Winsome, amusing, and intelligent debut collection of essays by a slacker cursed with taste, mildly astounded that a Queer Eye–influenced world has caught up with him.
Journalist and occasional stand-up comic Hyman reflects on how one’s lifestyle choices or aesthetic preferences can result in greater challenges or disappointments—in his case, the incongruity of loving the finer things and yearning for high society while failing to escape the impoverished and lonely life of a New York writer.
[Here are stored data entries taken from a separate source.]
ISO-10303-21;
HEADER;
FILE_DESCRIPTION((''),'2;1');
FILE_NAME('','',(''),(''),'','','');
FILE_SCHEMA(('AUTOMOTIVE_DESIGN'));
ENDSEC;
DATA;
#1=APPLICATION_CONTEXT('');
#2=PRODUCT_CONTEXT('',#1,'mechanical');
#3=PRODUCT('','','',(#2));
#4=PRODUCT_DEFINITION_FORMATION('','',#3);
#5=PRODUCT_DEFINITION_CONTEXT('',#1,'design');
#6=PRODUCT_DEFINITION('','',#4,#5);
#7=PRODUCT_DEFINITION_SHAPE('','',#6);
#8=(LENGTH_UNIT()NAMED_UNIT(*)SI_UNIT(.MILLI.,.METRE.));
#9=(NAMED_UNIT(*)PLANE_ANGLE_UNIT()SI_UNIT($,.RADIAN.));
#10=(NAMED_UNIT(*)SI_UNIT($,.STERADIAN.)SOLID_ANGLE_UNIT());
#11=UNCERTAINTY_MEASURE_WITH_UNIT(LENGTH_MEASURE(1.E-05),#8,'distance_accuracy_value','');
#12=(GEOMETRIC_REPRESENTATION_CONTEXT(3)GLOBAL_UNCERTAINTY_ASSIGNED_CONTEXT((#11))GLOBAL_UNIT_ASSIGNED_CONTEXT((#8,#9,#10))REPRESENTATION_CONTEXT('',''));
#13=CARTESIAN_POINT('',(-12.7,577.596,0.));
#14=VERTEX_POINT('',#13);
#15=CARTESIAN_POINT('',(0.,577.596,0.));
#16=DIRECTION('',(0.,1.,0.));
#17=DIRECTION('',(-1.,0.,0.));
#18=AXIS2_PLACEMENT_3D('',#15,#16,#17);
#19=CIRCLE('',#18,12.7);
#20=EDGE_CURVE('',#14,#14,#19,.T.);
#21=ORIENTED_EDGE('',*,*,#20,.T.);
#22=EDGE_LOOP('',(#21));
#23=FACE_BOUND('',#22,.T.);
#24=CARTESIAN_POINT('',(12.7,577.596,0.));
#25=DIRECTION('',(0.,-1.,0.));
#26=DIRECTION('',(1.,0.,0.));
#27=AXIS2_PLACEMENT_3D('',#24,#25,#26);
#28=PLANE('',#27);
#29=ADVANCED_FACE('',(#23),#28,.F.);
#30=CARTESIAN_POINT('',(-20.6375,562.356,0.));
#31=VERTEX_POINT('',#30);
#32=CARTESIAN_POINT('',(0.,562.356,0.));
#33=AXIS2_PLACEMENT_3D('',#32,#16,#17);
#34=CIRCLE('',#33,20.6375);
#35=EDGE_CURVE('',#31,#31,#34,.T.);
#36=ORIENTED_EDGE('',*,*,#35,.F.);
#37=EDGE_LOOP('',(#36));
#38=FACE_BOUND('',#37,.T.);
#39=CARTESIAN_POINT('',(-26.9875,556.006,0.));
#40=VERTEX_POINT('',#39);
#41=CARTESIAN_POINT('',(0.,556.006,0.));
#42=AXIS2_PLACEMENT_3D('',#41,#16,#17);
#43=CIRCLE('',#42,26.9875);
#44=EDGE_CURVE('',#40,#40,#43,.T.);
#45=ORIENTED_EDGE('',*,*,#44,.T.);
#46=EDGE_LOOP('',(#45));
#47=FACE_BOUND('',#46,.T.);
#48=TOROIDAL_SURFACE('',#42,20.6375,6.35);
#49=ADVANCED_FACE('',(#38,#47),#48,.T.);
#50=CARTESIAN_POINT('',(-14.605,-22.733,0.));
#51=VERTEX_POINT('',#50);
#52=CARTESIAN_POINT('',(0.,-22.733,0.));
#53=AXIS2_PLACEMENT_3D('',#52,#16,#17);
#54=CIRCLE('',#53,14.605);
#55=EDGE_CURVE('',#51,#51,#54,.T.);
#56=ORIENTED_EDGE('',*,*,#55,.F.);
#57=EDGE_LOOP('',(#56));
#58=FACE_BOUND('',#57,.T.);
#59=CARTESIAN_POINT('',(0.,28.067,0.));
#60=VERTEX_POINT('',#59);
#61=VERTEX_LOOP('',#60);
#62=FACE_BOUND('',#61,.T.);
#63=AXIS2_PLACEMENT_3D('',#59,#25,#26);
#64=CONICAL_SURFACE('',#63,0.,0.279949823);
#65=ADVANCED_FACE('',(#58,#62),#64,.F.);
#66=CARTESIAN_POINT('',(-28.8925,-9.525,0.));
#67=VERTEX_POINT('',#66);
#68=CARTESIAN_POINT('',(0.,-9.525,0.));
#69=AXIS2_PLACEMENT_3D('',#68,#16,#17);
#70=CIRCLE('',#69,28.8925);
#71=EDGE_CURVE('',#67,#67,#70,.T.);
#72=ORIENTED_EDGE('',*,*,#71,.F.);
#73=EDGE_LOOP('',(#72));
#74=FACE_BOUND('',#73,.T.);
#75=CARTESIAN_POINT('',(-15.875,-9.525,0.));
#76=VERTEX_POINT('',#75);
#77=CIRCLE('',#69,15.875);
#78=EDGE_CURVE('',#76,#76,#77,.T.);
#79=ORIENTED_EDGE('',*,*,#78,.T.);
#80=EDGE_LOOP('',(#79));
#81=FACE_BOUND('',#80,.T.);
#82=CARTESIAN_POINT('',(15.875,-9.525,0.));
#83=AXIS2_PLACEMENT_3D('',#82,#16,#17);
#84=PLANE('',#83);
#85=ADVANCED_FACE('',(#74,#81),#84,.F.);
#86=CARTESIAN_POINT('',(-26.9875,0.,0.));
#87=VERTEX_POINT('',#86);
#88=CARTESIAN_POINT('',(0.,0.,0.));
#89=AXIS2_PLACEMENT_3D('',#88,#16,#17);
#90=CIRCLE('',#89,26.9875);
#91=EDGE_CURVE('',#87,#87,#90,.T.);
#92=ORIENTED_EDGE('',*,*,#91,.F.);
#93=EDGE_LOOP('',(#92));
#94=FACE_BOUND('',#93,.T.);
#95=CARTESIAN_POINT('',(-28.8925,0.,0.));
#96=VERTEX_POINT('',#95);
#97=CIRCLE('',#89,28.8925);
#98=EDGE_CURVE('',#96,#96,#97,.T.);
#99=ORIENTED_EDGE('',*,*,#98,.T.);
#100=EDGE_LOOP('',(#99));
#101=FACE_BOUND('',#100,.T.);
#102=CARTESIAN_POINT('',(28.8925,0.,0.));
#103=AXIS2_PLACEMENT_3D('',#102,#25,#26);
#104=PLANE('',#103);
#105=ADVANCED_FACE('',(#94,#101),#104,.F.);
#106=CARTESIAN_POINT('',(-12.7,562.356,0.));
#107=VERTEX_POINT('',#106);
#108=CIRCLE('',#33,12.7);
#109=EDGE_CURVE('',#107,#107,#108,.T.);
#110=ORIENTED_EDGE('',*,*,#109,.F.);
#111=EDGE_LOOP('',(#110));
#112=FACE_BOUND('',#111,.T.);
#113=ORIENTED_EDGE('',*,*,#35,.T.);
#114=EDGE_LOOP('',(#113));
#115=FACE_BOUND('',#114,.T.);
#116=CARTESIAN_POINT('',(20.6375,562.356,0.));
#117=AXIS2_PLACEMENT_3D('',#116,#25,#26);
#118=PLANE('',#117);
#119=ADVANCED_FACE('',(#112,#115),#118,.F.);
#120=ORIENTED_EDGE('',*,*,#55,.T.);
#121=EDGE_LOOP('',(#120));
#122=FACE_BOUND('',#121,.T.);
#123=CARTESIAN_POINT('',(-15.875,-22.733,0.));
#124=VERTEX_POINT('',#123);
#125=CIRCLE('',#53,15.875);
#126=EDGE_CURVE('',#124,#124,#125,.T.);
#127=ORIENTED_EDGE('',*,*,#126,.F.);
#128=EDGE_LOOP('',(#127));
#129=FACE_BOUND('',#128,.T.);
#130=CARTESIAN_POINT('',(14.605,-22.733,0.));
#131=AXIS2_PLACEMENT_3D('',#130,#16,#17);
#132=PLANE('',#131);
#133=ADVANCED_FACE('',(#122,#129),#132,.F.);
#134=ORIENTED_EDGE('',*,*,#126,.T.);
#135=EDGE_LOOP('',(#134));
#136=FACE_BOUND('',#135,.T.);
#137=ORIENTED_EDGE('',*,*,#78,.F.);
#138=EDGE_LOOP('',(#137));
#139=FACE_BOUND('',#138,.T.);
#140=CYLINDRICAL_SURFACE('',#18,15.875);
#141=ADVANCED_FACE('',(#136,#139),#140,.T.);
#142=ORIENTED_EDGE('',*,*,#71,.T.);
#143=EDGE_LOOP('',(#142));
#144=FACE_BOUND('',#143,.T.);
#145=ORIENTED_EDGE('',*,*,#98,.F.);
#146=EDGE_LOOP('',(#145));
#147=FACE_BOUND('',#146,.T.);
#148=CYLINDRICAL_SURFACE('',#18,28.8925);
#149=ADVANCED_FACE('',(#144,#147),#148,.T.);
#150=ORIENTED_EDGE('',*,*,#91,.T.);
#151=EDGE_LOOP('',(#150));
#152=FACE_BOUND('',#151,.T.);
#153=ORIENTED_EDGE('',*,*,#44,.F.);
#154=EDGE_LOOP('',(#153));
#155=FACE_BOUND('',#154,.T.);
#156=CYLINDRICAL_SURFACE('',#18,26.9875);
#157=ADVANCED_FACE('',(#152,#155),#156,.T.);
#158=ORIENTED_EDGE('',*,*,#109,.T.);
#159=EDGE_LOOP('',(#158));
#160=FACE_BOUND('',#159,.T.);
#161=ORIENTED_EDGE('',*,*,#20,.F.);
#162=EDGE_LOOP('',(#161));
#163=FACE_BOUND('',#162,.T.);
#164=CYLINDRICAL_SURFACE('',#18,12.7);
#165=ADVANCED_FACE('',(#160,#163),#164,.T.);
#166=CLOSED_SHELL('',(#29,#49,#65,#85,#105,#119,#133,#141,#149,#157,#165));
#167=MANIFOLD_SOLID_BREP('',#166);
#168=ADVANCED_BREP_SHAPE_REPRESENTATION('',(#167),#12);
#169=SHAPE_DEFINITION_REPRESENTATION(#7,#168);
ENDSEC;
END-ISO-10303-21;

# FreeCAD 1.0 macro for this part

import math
import FreeCAD as App
import Part
import Sketcher

V = App.Vector
Q = App.Units.Quantity

doc = App.newDocument("Part")
body = doc.addObject("PartDesign::Body", "Body")

# Sketch on XY plane
sketch1 = body.newObject("Sketcher::SketchObject", "Sketch")
sketch1.AttachmentSupport = (doc.getObject("XY_Plane"), [""])
sketch1.MapMode = "FlatFace"
sketch1.addGeometry([
    Part.LineSegment(V(14.6, -22.7, 0), V(15.9, -22.7, 0)),  # 0
    Part.LineSegment(V(15.9, -22.7, 0), V(15.9, -9.5, 0)),  # 1
    Part.LineSegment(V(15.9, -9.5, 0), V(28.9, -9.5, 0)),  # 2
    Part.LineSegment(V(28.9, -9.5, 0), V(28.9, 0, 0)),  # 3
    Part.LineSegment(V(28.9, 0, 0), V(27, 0, 0)),  # 4
    Part.LineSegment(V(27, 0, 0), V(27, 556, 0)),  # 5
    Part.ArcOfCircle(Part.Circle(V(20.6, 556, 0), V(0, 0, 1), 6.3), math.radians(0), math.radians(90)),  # 6
    Part.LineSegment(V(20.6, 562.4, 0), V(12.7, 562.4, 0)),  # 7
    Part.LineSegment(V(12.7, 562.4, 0), V(12.7, 577.6, 0)),  # 8
    Part.LineSegment(V(12.7, 577.6, 0), V(0, 577.6, 0)),  # 9
    Part.LineSegment(V(0, 577.6, 0), V(0, 28.1, 0)),  # 10
    Part.LineSegment(V(0, 28.1, 0), V(14.6, -22.7, 0)),  # 11
], False)
sketch1.addConstraint([
    Sketcher.Constraint("Coincident", 0, 2, 1, 1),
    Sketcher.Constraint("Coincident", 1, 2, 2, 1),
    Sketcher.Constraint("Coincident", 2, 2, 3, 1),
    Sketcher.Constraint("Coincident", 3, 2, 4, 1),
    Sketcher.Constraint("Coincident", 4, 2, 5, 1),
    Sketcher.Constraint("Tangent", 5, 2, 6, 1),
    Sketcher.Constraint("Tangent", 6, 2, 7, 1),
    Sketcher.Constraint("Coincident", 7, 2, 8, 1),
    Sketcher.Constraint("Coincident", 8, 2, 9, 1),
    Sketcher.Constraint("Coincident", 9, 2, 10, 1),
    Sketcher.Constraint("Coincident", 10, 2, 11, 1),
    Sketcher.Constraint("Coincident", 11, 2, 0, 1),
    Sketcher.Constraint("Horizontal", 0),
    Sketcher.Constraint("Vertical", 1),
    Sketcher.Constraint("Horizontal", 2),
    Sketcher.Constraint("Vertical", 3),
    Sketcher.Constraint("Horizontal", 4),
    Sketcher.Constraint("Vertical", 5),
    Sketcher.Constraint("Horizontal", 7),
    Sketcher.Constraint("Vertical", 8),
    Sketcher.Constraint("Horizontal", 9),
    Sketcher.Constraint("Vertical", 10),
    Sketcher.Constraint("PointOnObject", 3, 2, -1),
    Sketcher.Constraint("PointOnObject", 9, 2, -2),
    Sketcher.Constraint("Radius", 6, Q("0.25 in")),
    Sketcher.Constraint("DistanceX", 9, 2, 9, 1, Q("0.5 in")),
    Sketcher.Constraint("DistanceY", 8, 1, 8, 2, Q("0.6 in")),
    Sketcher.Constraint("DistanceY", 0, 2, 10, 2, Q("2 in")),
    Sketcher.Constraint("DistanceX", 0, 1, 0, 2, Q("0.05 in")),
    Sketcher.Constraint("DistanceY", 1, 1, 1, 2, Q("0.52 in")),
    Sketcher.Constraint("DistanceY", 5, 1, 5, 2, Q("21.89 in")),
    Sketcher.Constraint("DistanceX", 4, 2, 4, 1, Q("0.075 in")),
    Sketcher.Constraint("DistanceX", 7, 2, 7, 1, Q("0.3125 in")),
    Sketcher.Constraint("DistanceY", 3, 1, 3, 2, Q("0.375 in")),
    Sketcher.Constraint("DistanceX", 2, 1, 2, 2, Q("0.5125 in")),
])
revolution = body.newObject("PartDesign::Revolution", "Revolution")
revolution.Profile = sketch1
revolution.ReferenceAxis = (sketch1, ["V_Axis"])
revolution.Angle = 360

doc.recompute()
Of his purported “metrosexual” tendencies, he notes that “a straight man cannot exhibit good taste in design or home furnishings, or the competence to dress himself” without being frequently mistaken for gay. (He shrewdly tags the mainstream fixation upon so-called metrosexuals as a marketing ploy akin to the Gen-X craze of the early 1990s.) Hapless but well appointed, Hyman portrays with the right mix of self-deprecation and acute observation his adventures in incompetence: a failed ménage à trois, a disastrous drug-fueled Oaxacan road trip, Internet liaisons with women prone to first-date vomiting. Other essays utilize fairly ordinary set-ups as a springboard for Hyman’s self-portrait as a confused yet resolute Everyman. “Law School Dropout” depicts his flight from a “mecca for conformity [that] offers vocational training more than it does intellectual challenge.” In “The Seven Habits of Highly Laid-off People,” he takes an archly humorous look at the white-collar chaos fomented by the 2001 recession. Hyman writes with surprising tenderness about the vicissitudes of contemporary dating, as in “The Wedding Swinger” or “The Penultimate Girlfriend,” with whom his moment flamed out too quickly. And he doesn’t neglect topics specific to the true metrosexual experience, such as high-end shirts and Brazilian bikini waxes. His work may appeal to fans of David Sedaris, but Hyman has more in common with such Manhattan chroniclers of the louche life as Jonathan Ames and Thomas Beller.
Though not without the occasional easy joke or sappy tangent, more thoughtful and artfully written than its sell-by-today title implies.